▸ **Task requirements**
Lines to return, exactly: from the line with "#195=CARTESIAN_POINT('',(0.,0.,-940.));" to the line with "#210=ORIENTED_EDGE('',*,*,#136,.F.);" in the entries below, both included.

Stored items
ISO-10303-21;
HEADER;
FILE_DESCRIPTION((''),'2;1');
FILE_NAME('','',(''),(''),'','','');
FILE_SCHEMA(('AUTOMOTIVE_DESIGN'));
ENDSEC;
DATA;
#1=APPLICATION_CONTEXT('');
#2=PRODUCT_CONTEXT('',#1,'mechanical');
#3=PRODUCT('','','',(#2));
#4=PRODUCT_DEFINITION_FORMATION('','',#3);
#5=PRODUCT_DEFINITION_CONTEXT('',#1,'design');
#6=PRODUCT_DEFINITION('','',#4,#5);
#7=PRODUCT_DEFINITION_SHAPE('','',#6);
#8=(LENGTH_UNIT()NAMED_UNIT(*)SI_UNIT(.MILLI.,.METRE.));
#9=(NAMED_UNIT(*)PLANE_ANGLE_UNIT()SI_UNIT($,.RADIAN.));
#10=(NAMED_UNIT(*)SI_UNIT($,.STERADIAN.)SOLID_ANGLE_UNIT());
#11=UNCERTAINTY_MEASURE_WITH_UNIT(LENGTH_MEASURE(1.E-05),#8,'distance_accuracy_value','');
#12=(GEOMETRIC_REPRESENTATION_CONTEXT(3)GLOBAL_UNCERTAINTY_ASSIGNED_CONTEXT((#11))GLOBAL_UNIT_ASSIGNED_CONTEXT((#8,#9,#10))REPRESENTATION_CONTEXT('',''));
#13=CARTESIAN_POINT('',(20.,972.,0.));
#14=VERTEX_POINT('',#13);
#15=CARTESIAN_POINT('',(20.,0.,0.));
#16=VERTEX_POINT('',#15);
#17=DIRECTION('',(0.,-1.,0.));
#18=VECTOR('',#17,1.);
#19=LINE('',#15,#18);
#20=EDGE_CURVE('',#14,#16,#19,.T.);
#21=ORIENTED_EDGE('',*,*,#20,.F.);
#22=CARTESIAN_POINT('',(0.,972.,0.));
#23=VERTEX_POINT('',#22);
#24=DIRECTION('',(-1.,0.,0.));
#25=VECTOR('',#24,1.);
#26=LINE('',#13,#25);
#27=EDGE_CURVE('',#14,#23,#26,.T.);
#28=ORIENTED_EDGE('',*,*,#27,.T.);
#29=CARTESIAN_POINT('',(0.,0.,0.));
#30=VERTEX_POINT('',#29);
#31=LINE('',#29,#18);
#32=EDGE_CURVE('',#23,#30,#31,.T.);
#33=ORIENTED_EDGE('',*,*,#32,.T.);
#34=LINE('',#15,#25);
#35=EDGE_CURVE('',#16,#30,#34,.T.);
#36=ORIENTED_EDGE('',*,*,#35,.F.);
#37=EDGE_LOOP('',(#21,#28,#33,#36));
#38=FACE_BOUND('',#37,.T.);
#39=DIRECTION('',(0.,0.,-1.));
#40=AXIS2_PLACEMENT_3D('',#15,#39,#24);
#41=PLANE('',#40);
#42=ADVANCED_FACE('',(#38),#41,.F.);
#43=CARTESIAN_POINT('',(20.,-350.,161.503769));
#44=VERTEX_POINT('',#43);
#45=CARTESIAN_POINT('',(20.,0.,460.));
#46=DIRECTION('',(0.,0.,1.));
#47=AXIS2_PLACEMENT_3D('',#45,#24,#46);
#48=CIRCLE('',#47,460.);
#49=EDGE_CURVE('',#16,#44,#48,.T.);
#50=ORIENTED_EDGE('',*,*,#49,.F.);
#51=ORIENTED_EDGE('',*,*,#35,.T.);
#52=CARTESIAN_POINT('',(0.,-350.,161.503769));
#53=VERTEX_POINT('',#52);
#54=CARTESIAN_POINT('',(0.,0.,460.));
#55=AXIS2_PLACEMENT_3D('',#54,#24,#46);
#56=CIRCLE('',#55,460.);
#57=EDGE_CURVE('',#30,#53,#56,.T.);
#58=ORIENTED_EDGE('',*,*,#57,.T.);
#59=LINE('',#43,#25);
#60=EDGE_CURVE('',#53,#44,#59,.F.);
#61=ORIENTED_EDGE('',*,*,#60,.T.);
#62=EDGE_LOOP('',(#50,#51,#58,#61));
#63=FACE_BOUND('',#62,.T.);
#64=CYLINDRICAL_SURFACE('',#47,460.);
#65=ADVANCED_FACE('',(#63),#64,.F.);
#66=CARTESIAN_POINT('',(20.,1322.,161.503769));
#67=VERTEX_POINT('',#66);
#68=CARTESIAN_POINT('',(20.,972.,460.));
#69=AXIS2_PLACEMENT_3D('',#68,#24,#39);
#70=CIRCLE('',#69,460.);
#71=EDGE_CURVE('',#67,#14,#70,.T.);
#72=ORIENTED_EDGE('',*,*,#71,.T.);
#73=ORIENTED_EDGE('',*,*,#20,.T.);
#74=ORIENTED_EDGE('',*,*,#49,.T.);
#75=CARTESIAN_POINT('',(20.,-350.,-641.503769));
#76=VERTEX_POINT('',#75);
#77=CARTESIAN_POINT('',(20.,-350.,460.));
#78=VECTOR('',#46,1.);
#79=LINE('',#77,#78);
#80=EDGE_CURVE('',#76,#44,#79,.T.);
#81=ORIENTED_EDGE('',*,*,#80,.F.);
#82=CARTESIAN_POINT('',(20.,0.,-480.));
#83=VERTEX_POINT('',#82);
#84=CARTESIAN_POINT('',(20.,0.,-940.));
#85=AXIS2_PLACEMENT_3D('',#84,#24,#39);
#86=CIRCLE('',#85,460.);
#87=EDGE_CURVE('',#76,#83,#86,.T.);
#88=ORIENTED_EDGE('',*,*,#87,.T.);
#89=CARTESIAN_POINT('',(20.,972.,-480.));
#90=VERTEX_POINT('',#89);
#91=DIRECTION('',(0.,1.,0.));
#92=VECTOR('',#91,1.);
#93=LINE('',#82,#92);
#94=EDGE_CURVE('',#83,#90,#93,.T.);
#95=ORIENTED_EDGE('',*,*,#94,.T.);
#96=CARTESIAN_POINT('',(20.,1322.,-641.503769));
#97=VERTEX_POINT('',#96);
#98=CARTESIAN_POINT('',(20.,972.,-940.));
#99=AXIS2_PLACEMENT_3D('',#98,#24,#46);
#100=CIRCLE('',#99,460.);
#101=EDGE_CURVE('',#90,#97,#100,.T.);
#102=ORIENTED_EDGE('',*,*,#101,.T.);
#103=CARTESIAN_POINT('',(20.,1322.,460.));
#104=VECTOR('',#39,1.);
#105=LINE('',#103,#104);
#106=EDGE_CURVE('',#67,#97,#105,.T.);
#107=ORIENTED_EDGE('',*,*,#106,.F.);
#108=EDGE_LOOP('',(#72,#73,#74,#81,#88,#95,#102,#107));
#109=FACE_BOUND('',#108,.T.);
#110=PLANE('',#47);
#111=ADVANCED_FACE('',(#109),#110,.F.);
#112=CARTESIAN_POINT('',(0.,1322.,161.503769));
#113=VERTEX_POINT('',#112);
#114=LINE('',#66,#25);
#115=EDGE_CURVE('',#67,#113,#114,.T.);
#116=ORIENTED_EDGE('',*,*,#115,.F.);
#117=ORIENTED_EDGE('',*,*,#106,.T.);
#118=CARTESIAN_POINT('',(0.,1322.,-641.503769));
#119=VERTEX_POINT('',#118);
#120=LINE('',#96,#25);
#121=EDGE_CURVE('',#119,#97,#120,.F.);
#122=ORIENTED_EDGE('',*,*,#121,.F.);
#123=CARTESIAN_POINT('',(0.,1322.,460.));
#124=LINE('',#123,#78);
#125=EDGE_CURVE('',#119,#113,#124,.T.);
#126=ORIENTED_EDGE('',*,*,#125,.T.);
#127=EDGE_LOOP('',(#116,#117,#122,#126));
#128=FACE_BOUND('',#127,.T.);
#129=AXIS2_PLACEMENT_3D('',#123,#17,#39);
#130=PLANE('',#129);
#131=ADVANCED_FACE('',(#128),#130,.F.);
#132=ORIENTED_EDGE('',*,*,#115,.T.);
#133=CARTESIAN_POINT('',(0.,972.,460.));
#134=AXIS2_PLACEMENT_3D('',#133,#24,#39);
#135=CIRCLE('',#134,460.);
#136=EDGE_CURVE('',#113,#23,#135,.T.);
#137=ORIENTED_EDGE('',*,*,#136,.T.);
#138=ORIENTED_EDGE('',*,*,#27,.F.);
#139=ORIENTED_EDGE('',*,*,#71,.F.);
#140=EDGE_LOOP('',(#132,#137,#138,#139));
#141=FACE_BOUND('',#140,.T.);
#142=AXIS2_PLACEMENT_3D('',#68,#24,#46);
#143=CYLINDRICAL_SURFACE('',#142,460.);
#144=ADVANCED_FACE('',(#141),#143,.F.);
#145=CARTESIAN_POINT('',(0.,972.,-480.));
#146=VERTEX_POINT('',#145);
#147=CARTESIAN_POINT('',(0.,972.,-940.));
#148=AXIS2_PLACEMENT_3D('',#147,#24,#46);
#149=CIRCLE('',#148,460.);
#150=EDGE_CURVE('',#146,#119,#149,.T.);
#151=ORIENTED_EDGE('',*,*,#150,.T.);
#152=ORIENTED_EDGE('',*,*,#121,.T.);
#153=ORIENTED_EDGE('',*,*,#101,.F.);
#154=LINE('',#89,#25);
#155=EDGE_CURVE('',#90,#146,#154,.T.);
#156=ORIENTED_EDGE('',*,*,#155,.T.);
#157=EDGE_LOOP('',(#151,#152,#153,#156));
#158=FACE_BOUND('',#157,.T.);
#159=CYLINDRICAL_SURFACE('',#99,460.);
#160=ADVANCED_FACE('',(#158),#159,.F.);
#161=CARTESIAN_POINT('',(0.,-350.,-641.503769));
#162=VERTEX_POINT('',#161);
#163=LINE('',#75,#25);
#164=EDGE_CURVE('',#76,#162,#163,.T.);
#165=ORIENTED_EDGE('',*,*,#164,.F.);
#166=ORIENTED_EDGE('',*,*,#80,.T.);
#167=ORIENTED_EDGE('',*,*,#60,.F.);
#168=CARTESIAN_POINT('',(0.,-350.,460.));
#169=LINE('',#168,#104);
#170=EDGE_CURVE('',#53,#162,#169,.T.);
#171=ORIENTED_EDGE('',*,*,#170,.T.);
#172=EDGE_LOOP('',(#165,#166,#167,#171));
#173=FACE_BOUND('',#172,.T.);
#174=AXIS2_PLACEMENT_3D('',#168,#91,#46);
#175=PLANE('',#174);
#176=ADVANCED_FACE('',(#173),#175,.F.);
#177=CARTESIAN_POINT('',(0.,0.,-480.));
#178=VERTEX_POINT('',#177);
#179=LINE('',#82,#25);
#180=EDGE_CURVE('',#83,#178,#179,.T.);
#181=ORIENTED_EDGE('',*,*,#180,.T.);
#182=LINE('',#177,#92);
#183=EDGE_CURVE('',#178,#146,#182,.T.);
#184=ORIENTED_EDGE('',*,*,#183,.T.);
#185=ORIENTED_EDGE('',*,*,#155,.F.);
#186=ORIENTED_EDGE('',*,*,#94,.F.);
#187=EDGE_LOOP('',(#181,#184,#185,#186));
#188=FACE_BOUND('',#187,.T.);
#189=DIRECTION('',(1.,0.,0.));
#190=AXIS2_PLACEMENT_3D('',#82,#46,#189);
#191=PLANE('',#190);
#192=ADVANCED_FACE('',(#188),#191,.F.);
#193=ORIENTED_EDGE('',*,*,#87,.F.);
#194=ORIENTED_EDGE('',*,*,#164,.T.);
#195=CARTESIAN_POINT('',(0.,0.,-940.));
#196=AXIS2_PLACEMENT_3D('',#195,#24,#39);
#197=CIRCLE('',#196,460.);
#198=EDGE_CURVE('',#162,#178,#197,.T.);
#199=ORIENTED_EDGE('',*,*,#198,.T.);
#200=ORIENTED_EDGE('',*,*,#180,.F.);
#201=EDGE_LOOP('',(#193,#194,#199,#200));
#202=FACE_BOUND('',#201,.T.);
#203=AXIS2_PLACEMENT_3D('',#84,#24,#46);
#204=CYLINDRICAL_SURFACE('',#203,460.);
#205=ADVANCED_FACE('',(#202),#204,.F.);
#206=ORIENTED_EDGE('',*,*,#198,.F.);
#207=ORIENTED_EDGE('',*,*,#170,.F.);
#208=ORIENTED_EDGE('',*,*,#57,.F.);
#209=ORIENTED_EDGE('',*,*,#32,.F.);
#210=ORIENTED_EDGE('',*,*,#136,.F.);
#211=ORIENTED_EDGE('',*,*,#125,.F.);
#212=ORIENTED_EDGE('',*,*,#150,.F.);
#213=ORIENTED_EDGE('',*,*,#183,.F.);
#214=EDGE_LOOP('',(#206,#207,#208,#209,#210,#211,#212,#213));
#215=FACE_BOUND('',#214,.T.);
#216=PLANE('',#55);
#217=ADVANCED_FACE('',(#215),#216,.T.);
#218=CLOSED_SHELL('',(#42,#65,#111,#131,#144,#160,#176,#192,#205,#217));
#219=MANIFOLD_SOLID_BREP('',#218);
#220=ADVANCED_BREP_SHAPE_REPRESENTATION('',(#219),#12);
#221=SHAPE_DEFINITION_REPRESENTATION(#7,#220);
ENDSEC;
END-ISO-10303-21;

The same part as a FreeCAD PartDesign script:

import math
import FreeCAD as App
import Part
import Sketcher

V = App.Vector


def add_polygon(sketch, points):
    """Adds a closed chain of lines whose ends are joined by coincident constraints."""
    first, n = sketch.GeometryCount, len(points)
    for a, b in zip(points, points[1:] + points[:1]):
        sketch.addGeometry(Part.LineSegment(App.Vector(*a, 0), App.Vector(*b, 0)), False)
    for i in range(n):
        sketch.addConstraint(Sketcher.Constraint("Coincident", first + i, 2, first + (i + 1) % n, 1))

doc = App.newDocument("Part")
body = doc.addObject("PartDesign::Body", "Body")

sketch1 = body.newObject("Sketcher::SketchObject", "Sketch")
sketch1.AttachmentSupport = (doc.getObject("YZ_Plane"), [""])
sketch1.MapMode = "FlatFace"
sketch1.addGeometry([
    Part.LineSegment(V(972, 0, 0), V(0, 0, 0)),
    Part.ArcOfCircle(Part.Circle(V(0, 460, 0), V(0, 0, 1), 460), math.radians(180), math.radians(270)),
    Part.LineSegment(V(-460, 460, 0), V(-460, -940, 0)),
    Part.ArcOfCircle(Part.Circle(V(0, -940, 0), V(0, 0, 1), 460), math.radians(90), math.radians(180)),
    Part.LineSegment(V(0, -480, 0), V(972, -480, 0)),
    Part.ArcOfCircle(Part.Circle(V(972, -940, 0), V(0, 0, 1), 460), math.radians(0), math.radians(90)),
    Part.LineSegment(V(1432, -940, 0), V(1432, 460, 0)),
    Part.ArcOfCircle(Part.Circle(V(972, 460, 0), V(0, 0, 1), 460), math.radians(-90), math.radians(0)),
], False)
sketch1.addConstraint([
    Sketcher.Constraint("Tangent", 0, 2, 1, 2),
    Sketcher.Constraint("Tangent", 1, 1, 2, 1),
    Sketcher.Constraint("Tangent", 2, 2, 3, 2),
    Sketcher.Constraint("Tangent", 3, 1, 4, 1),
    Sketcher.Constraint("Tangent", 4, 2, 5, 2),
    Sketcher.Constraint("Tangent", 5, 1, 6, 1),
    Sketcher.Constraint("Tangent", 6, 2, 7, 2),
    Sketcher.Constraint("Tangent", 7, 1, 0, 1),
    Sketcher.Constraint("Horizontal", 0),
    Sketcher.Constraint("Vertical", 2),
    Sketcher.Constraint("Horizontal", 4),
    Sketcher.Constraint("Vertical", 6),
    Sketcher.Constraint("Coincident", 0, 2, -1, 1),
    Sketcher.Constraint("Equal", 1, 3),
    Sketcher.Constraint("Equal", 3, 5),
    Sketcher.Constraint("Equal", 5, 7),
    Sketcher.Constraint("Radius", 1, 460.0),
    Sketcher.Constraint("DistanceX", 0, 2, 0, 1, 972.0),
    Sketcher.Constraint("DistanceY", 2, 2, 2, 1, 1400.0),
])
pad1 = body.newObject("PartDesign::Pad", "Pad")
pad1.Profile = sketch1
pad1.Length = 20

sketch2 = body.newObject("Sketcher::SketchObject", "Sketch001")
sketch2.AttachmentSupport = (doc.getObject("YZ_Plane"), [""])
sketch2.MapMode = "FlatFace"
sketch2.AttachmentOffset = App.Placement(V(0, 0, 20), App.Rotation())
add_polygon(sketch2, [(1322, 460), (1322, -1005), (1530, -1005), (1530, 489)])
add_polygon(sketch2, [(-558, -1005), (-350, -1005), (-350, 460), (-558, 489)])
sketch2.addConstraint([
    Sketcher.Constraint("Vertical", 0),
    Sketcher.Constraint("Horizontal", 1),
    Sketcher.Constraint("Vertical", 2),
    Sketcher.Constraint("Horizontal", 4),
    Sketcher.Constraint("Vertical", 5),
    Sketcher.Constraint("Vertical", 7),
    Sketcher.Constraint("Horizontal", 1, 2, 4, 2),
    Sketcher.Constraint("Horizontal", 3, 2, 5, 2),
    Sketcher.Constraint("Horizontal", 2, 2, 6, 2),
    Sketcher.Constraint("Equal", 1, 4),
    Sketcher.Constraint("DistanceX", -1, 1, 0, 2, 1322.0),
    Sketcher.Constraint("DistanceY", -1, 1, 3, 2, 460.0),
    Sketcher.Constraint("DistanceX", 4, 2, -1, 1, 350.0),
    Sketcher.Constraint("Distance", 3, 210.286379),
    Sketcher.Constraint("DistanceX", 1, 1, 1, 2, 208.227687),
    Sketcher.Constraint("DistanceY", 0, 2, 0, 1, 1464.695968),
])
pocket1 = body.newObject("PartDesign::Pocket", "Pocket")
pocket1.Profile = sketch2
pocket1.Length = 20

doc.recompute()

▸ **Result for this exercise**
#195=CARTESIAN_POINT('',(0.,0.,-940.));
#196=AXIS2_PLACEMENT_3D('',#195,#24,#39);
#197=CIRCLE('',#196,460.);
#198=EDGE_CURVE('',#162,#178,#197,.T.);
#199=ORIENTED_EDGE('',*,*,#198,.T.);
#200=ORIENTED_EDGE('',*,*,#180,.F.);
#201=EDGE_LOOP('',(#193,#194,#199,#200));
#202=FACE_BOUND('',#201,.T.);
#203=AXIS2_PLACEMENT_3D('',#84,#24,#46);
#204=CYLINDRICAL_SURFACE('',#203,460.);
#205=ADVANCED_FACE('',(#202),#204,.F.);
#206=ORIENTED_EDGE('',*,*,#198,.F.);
#207=ORIENTED_EDGE('',*,*,#170,.F.);
#208=ORIENTED_EDGE('',*,*,#57,.F.);
#209=ORIENTED_EDGE('',*,*,#32,.F.);
#210=ORIENTED_EDGE('',*,*,#136,.F.);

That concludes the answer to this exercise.